I don't think that this will be an issue.. If we support a 9k jumbo
that is not physically contiguous (easy on main memory), it's likely
that the table we use to fetch the first physical page will likely have
the next two pages in it, so I doubt there will be that significant
performance penalty, yes, we'll loop a few more times, but main memory
accesses is more the speed limiter in these situations...

> (scatter list has to be fed to the chip and now it's 3x what it has to
> be), 3x the number of "wrapper" mbuf allocations (one for each 4K
> cluster) which will then be stitched together to form a frame, etc. etc.

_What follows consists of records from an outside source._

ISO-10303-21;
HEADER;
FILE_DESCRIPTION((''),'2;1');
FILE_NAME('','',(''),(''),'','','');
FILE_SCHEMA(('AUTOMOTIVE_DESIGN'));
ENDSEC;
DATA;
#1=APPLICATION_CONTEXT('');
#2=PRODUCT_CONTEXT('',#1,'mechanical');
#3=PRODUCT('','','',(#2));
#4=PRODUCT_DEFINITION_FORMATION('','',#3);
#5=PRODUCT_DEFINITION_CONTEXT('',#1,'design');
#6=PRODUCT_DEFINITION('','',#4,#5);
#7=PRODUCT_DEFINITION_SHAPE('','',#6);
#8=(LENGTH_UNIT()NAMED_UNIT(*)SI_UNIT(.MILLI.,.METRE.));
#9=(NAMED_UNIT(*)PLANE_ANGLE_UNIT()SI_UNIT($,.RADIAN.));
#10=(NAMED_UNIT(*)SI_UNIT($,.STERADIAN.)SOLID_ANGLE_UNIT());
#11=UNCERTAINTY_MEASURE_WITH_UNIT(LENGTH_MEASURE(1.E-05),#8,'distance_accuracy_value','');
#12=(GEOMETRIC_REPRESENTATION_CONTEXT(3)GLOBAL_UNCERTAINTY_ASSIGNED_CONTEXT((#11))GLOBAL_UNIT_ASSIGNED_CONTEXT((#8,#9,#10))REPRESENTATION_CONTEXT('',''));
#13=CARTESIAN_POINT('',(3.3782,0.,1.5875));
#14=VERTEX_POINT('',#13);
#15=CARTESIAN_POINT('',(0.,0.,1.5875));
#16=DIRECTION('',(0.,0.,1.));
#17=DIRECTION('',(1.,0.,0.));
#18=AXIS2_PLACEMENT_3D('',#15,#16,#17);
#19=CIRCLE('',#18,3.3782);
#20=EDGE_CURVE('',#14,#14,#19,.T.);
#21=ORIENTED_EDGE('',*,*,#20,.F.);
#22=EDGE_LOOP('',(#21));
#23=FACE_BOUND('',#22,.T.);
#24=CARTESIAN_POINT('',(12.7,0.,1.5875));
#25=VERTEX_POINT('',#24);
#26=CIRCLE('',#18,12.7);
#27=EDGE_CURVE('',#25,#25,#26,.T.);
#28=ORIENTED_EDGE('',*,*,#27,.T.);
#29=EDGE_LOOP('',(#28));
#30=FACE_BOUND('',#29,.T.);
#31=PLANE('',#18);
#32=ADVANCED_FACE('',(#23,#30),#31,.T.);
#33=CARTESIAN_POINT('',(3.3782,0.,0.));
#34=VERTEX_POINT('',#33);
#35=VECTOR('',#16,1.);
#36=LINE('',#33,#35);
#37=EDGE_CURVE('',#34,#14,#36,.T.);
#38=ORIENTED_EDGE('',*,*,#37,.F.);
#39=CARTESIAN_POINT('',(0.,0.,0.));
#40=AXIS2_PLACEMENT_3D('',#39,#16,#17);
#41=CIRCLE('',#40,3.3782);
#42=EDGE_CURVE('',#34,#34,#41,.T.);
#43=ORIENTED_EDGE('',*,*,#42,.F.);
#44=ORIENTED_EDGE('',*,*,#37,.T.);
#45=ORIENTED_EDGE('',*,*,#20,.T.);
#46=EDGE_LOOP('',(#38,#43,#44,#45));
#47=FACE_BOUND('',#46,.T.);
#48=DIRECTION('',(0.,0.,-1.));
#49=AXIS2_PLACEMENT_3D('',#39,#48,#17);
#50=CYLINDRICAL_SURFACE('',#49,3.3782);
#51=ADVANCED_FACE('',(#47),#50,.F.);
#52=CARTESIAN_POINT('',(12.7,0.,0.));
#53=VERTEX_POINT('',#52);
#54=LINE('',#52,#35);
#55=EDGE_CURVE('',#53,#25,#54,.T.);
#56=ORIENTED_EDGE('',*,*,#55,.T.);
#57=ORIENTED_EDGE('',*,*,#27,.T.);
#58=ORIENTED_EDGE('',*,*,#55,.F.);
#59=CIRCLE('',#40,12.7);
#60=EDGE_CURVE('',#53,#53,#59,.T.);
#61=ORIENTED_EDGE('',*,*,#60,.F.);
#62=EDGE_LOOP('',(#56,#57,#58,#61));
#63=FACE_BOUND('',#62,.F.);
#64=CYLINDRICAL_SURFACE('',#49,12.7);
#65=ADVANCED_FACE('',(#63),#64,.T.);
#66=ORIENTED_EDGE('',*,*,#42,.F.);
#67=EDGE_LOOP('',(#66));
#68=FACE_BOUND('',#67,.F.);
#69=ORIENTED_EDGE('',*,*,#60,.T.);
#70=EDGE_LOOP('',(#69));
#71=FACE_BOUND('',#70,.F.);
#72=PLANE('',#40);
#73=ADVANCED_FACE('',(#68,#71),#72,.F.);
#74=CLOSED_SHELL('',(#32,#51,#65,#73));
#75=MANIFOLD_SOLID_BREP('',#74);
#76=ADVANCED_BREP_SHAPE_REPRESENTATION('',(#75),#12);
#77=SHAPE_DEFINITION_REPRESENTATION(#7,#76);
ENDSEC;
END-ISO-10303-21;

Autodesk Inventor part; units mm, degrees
ref_plane "YZ Plane" through (0, 0, 0) normal (1, 0, 0) x (0, 1, 0)
ref_plane "XZ Plane" through (0, 0, 0) normal (0, 1, 0) x (-1, 0, 0)
ref_plane "XY Plane" through (0, 0, 0) normal (0, 0, 1) x (1, 0, 0)
sketch "Sketch1" plane through (0, 0, 0) normal (0, 0, 1) x (1, 0, 0)
  circle A0 centre (0, 0) radius 3.3782
  circle A1 centre (0, 0) radius 12.7
  dimension "d0" = 6.7564
  dimension "d1" = 25.4
extrude "Extrusion1" add sketch "Sketch1" along normal blind 1.5875
properties part number "Bearing Washer" material "Steel"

And what is that in percentage of overall traffic?  .4% (assuming 16 bytes
per 4k page)...  If your PCIe bus is saturating and you need that extra
.4% traffic, then you have a serious issue w/ your bus layout...

-- 
  John-Mark Gurney				Voice: +1 415 225 5579

     "All that I will do, has been done, All that I have, has not."